-- Opening Marker --
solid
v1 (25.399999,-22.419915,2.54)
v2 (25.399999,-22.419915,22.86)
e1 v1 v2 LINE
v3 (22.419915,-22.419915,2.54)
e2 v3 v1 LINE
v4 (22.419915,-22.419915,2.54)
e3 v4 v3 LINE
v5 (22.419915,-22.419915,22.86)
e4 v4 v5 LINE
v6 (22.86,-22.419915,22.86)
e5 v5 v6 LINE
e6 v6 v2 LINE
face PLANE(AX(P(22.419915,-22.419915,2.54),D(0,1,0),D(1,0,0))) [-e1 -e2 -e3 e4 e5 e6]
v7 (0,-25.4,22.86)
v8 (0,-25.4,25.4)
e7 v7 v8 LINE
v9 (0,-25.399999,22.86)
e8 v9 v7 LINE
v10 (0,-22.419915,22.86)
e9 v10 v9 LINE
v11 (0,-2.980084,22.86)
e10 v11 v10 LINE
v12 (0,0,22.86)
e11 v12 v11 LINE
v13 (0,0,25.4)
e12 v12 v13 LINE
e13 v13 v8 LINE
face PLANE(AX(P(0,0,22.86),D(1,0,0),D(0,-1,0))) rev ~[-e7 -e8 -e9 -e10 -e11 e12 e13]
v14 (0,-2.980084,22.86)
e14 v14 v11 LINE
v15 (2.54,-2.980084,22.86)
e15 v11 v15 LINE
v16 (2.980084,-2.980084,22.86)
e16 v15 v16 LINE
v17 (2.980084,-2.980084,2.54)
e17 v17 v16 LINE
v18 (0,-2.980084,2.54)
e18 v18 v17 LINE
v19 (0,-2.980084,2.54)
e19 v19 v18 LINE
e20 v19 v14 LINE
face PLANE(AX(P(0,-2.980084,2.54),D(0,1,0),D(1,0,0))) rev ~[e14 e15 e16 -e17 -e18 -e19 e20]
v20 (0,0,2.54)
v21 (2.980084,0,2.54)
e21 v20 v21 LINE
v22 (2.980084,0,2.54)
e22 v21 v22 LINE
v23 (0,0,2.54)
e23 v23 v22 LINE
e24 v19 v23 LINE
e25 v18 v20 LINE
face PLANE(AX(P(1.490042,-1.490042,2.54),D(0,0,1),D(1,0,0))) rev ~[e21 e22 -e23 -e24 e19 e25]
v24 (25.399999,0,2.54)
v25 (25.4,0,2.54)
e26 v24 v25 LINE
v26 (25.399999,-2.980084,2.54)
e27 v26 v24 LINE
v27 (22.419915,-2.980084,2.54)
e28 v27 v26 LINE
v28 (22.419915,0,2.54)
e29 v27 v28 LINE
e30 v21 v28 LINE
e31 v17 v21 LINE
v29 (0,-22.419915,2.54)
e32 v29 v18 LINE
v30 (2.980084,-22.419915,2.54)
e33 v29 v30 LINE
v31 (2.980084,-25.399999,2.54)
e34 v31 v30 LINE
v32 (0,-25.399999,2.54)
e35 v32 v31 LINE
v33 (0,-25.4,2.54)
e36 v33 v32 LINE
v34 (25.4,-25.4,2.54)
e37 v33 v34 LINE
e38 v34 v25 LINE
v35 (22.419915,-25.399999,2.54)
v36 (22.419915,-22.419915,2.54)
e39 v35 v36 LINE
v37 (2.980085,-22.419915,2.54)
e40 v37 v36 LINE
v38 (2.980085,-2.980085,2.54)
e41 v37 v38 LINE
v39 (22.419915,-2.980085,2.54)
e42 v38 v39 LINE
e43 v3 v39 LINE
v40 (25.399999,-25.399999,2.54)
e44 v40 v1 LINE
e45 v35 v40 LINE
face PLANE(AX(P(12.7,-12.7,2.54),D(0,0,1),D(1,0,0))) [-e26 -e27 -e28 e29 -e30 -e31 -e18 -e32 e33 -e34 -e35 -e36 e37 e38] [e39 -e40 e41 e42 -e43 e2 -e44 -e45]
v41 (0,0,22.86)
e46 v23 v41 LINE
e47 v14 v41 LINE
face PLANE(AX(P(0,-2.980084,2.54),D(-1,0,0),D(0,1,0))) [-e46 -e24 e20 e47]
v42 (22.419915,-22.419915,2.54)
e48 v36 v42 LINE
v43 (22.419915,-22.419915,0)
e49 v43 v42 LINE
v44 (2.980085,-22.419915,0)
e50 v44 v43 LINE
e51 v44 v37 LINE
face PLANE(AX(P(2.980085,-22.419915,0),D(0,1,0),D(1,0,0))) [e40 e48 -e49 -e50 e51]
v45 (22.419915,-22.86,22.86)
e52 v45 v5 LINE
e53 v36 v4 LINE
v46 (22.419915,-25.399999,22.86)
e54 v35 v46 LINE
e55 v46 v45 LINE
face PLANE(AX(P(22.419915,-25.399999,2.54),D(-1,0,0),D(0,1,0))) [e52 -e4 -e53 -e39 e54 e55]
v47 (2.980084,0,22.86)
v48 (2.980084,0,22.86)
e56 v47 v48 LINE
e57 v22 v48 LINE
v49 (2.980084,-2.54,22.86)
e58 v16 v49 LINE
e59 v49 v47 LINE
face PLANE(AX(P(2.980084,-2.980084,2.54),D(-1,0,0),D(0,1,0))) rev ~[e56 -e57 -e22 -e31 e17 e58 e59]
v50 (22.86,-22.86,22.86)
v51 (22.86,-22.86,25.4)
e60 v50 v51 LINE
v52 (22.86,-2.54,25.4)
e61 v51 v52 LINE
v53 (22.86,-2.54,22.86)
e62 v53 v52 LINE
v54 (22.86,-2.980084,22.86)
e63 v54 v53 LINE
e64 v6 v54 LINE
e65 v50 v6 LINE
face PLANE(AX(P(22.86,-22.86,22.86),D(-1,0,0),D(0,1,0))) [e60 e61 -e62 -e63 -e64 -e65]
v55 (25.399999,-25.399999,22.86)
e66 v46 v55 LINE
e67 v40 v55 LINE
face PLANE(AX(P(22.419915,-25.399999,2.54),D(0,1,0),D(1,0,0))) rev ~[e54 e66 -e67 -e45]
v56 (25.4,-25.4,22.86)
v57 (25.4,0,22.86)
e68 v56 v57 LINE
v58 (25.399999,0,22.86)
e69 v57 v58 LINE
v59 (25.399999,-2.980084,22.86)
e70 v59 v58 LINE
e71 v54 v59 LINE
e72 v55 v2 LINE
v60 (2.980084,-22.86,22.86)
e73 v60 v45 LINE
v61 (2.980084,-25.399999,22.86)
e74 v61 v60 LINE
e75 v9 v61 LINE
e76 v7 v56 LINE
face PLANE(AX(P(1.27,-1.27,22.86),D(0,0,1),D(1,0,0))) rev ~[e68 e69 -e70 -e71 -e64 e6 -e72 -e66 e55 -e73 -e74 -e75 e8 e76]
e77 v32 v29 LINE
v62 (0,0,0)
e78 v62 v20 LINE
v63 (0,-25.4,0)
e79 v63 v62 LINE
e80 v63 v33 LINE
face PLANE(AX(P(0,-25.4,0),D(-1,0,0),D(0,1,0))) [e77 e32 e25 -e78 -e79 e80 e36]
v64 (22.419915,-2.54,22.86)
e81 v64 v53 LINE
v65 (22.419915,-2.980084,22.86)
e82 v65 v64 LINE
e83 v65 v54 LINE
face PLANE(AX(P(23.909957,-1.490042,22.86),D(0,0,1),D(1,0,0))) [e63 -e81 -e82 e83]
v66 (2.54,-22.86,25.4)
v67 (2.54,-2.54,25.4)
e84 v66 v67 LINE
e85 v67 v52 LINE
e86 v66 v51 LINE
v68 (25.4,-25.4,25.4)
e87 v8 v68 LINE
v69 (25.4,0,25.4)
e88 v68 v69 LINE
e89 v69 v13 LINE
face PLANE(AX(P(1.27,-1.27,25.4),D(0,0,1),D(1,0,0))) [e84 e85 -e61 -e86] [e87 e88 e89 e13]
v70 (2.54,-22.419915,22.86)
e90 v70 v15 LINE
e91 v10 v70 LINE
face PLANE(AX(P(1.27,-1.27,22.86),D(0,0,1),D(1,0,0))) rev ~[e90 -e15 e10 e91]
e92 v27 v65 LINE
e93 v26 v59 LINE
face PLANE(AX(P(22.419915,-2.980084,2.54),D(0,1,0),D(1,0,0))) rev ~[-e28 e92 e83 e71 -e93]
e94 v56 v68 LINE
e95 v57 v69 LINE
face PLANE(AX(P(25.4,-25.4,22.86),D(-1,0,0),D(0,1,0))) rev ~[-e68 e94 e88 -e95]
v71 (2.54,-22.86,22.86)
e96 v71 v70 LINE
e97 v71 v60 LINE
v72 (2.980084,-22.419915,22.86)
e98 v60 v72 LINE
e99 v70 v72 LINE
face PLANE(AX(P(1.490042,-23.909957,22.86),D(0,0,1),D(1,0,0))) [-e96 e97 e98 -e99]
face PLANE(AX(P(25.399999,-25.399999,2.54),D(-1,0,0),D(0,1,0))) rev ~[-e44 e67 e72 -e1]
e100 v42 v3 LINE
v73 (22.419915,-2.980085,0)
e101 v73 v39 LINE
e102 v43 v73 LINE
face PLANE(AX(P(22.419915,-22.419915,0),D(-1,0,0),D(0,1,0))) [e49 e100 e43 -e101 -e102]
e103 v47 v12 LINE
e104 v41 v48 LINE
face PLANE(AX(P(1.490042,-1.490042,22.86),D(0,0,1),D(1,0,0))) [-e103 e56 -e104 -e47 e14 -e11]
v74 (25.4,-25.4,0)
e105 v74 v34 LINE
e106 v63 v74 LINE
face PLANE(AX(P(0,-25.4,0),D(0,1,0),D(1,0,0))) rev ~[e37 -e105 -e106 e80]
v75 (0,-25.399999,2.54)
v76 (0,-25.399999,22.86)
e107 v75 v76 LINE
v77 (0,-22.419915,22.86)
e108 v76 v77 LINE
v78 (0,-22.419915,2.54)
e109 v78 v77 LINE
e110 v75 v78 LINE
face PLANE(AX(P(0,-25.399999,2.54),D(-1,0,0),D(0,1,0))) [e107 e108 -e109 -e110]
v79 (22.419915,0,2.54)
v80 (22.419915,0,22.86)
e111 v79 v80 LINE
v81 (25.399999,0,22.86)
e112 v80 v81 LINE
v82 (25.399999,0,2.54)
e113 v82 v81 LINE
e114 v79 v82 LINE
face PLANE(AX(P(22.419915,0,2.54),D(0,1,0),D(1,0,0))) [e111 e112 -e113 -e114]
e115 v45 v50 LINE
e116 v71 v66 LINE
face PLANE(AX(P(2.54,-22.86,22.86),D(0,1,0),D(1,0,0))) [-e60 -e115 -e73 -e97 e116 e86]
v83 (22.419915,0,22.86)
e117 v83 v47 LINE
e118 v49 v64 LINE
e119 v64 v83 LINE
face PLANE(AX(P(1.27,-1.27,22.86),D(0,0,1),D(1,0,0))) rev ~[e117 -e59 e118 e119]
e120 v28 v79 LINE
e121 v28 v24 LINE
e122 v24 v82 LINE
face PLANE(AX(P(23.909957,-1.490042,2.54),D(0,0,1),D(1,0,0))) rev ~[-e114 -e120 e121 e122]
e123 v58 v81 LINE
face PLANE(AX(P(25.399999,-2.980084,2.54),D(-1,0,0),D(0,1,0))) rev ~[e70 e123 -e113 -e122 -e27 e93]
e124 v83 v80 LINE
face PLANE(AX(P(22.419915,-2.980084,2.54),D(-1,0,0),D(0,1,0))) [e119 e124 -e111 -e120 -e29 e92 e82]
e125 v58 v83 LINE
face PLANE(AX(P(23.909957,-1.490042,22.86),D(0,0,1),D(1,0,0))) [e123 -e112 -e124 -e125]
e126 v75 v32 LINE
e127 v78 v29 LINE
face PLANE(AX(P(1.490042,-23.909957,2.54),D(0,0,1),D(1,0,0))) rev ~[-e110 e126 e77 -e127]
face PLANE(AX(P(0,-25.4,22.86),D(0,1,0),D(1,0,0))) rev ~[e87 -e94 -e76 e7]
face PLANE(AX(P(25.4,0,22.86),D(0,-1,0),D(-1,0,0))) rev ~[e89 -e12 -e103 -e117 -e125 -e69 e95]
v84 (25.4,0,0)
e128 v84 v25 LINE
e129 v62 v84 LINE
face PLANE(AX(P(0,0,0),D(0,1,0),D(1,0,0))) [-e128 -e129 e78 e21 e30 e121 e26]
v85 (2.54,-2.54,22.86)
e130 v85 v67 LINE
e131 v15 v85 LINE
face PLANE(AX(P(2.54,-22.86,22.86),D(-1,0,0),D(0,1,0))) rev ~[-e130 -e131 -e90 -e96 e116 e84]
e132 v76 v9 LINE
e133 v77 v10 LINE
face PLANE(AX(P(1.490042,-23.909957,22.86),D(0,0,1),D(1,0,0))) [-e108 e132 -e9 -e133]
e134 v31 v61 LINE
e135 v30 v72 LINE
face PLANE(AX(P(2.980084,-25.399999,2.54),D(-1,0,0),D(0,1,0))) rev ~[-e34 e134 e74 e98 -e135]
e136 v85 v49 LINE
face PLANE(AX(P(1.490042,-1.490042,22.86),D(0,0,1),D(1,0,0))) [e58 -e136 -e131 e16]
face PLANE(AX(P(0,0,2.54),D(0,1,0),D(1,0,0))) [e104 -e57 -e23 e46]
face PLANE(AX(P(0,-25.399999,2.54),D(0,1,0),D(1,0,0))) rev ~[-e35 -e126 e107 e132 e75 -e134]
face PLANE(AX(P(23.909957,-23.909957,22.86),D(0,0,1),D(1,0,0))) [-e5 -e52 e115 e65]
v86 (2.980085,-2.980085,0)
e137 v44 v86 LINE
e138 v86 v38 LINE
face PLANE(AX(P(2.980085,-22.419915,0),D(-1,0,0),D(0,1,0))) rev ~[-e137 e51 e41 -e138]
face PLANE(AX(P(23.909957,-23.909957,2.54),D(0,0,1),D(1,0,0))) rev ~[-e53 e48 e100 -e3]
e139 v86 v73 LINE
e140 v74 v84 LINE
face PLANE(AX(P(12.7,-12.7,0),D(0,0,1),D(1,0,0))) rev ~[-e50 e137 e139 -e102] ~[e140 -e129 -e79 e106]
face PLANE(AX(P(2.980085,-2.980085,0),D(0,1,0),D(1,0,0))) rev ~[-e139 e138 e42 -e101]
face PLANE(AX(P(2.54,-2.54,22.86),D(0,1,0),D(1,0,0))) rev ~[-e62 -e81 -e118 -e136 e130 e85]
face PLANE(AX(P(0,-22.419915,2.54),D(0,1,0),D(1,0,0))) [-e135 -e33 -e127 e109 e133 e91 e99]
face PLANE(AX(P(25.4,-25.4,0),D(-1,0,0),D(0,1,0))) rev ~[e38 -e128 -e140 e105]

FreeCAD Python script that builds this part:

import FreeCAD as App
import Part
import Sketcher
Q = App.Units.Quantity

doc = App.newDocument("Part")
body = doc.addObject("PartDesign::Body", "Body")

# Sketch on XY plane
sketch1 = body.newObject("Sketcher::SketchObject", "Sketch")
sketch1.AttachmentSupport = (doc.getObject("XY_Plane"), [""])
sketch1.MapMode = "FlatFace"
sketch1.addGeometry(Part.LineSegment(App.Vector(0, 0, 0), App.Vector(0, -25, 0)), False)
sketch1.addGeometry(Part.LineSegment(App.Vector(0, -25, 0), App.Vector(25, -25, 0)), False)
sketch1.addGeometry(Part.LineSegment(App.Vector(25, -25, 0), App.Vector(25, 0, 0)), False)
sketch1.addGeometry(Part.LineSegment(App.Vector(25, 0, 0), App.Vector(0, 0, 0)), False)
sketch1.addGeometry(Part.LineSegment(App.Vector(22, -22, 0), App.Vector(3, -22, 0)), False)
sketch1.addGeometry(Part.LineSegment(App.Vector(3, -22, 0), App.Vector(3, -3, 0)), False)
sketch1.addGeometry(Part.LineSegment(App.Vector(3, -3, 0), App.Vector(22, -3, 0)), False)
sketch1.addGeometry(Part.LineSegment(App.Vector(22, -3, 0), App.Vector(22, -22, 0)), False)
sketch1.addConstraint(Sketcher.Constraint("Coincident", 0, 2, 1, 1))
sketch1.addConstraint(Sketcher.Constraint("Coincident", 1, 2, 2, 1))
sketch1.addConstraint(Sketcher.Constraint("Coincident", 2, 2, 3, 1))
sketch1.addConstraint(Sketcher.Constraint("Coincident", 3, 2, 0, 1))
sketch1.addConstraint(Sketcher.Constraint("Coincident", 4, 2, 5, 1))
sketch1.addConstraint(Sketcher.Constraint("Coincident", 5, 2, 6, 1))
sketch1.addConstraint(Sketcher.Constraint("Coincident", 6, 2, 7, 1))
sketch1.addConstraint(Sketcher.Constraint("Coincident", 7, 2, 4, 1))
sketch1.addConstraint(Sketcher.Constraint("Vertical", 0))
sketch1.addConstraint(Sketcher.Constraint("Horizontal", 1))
-- Closing Marker --
-- Opening Marker --
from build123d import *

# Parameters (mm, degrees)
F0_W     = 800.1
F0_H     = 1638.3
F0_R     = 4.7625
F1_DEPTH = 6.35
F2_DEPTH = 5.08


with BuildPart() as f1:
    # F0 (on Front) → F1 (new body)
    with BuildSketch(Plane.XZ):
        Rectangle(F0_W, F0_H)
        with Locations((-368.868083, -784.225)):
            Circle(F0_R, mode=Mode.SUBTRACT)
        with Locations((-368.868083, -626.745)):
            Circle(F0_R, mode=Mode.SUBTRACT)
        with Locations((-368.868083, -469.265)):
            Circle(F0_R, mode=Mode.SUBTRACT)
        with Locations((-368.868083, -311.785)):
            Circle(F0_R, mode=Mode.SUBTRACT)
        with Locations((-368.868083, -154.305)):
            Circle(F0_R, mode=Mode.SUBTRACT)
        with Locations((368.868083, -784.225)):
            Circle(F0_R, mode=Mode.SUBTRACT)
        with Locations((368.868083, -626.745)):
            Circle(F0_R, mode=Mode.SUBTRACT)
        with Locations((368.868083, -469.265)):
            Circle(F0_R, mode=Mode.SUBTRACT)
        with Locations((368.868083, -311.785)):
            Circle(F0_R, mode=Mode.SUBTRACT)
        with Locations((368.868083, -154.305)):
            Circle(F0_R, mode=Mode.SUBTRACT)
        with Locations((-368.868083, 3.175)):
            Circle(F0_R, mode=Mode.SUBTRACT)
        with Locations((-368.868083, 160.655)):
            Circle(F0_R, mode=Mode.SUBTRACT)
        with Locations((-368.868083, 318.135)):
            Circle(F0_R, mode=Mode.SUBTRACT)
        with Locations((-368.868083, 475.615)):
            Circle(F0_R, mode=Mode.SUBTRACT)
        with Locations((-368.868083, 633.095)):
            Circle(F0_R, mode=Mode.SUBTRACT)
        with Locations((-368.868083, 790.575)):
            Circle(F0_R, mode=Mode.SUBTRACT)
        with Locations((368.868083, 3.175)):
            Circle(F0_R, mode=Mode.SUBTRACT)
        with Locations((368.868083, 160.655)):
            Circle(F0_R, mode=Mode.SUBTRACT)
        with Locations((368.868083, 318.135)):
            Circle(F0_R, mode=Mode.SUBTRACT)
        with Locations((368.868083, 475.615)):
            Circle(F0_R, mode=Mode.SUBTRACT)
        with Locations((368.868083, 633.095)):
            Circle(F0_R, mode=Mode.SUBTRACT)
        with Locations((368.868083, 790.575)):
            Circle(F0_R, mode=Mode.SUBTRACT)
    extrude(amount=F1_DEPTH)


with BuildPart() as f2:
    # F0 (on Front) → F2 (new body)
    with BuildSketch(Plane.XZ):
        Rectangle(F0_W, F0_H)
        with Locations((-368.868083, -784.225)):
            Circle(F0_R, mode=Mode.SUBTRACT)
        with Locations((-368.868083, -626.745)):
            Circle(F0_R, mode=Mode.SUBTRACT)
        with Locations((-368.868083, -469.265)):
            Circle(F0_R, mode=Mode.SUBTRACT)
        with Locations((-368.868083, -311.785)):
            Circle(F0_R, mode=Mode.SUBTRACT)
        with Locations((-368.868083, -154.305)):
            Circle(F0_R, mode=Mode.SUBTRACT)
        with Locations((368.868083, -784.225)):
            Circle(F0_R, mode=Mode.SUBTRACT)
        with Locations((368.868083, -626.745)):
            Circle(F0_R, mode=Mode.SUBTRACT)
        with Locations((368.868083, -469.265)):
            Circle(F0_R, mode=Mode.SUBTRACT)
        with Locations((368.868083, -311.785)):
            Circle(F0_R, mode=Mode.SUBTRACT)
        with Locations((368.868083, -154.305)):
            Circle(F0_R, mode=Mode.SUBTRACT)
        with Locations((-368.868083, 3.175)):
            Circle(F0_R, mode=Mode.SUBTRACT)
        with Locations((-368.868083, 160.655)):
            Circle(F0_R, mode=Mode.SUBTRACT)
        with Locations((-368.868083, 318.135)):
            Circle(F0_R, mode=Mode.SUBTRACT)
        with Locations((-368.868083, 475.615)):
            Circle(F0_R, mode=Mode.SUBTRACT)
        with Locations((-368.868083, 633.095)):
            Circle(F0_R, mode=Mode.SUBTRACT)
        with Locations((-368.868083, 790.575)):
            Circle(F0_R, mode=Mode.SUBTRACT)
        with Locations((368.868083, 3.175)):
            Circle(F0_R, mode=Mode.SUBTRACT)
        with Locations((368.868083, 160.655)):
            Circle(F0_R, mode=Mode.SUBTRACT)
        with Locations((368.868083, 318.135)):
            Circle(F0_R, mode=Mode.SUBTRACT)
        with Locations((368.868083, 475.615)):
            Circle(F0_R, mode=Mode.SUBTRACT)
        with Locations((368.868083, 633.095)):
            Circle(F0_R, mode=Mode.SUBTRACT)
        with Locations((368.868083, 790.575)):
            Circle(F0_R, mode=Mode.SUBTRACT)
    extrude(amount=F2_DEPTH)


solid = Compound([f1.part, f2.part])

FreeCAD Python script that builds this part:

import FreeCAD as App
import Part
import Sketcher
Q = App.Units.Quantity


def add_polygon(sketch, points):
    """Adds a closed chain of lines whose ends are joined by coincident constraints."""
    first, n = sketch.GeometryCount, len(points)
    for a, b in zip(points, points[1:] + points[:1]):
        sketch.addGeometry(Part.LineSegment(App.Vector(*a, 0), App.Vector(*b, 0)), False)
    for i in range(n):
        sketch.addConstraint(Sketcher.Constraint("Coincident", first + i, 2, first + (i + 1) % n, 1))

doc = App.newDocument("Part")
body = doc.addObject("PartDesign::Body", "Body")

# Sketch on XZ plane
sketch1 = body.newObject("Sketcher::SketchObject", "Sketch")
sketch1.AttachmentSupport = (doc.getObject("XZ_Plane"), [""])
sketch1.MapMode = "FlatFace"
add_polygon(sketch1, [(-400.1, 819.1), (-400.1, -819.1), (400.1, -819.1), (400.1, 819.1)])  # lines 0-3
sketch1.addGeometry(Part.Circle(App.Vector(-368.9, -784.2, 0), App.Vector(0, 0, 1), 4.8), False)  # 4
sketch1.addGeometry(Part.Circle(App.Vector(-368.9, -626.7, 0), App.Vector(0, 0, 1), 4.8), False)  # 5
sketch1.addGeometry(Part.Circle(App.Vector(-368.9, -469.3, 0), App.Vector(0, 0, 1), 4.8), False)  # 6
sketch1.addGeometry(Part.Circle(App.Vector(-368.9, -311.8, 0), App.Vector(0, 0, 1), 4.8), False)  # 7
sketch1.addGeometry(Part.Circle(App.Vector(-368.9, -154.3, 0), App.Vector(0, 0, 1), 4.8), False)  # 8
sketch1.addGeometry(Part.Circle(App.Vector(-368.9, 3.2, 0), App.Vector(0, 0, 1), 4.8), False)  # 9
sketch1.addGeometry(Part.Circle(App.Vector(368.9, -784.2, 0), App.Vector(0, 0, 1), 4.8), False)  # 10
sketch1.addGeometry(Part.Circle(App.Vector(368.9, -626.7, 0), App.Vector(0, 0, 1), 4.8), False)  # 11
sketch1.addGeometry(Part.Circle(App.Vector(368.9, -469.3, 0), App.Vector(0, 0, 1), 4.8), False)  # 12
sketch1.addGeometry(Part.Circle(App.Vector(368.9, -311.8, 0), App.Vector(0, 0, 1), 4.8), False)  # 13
-- Closing Marker --
Among the entries above, the line containing "v9 (0,-25.399999,22.86)", the line containing "e20 v19 v14 LINE", and all lines between them are to be restated word for word; nothing else belongs in the reply.

v9 (0,-25.399999,22.86)
e8 v9 v7 LINE
v10 (0,-22.419915,22.86)
e9 v10 v9 LINE
v11 (0,-2.980084,22.86)
e10 v11 v10 LINE
v12 (0,0,22.86)
e11 v12 v11 LINE
v13 (0,0,25.4)
e12 v12 v13 LINE
e13 v13 v8 LINE
face PLANE(AX(P(0,0,22.86),D(1,0,0),D(0,-1,0))) rev ~[-e7 -e8 -e9 -e10 -e11 e12 e13]
v14 (0,-2.980084,22.86)
e14 v14 v11 LINE
v15 (2.54,-2.980084,22.86)
e15 v11 v15 LINE
v16 (2.980084,-2.980084,22.86)
e16 v15 v16 LINE
v17 (2.980084,-2.980084,2.54)
e17 v17 v16 LINE
v18 (0,-2.980084,2.54)
e18 v18 v17 LINE
v19 (0,-2.980084,2.54)
e19 v19 v18 LINE
e20 v19 v14 LINE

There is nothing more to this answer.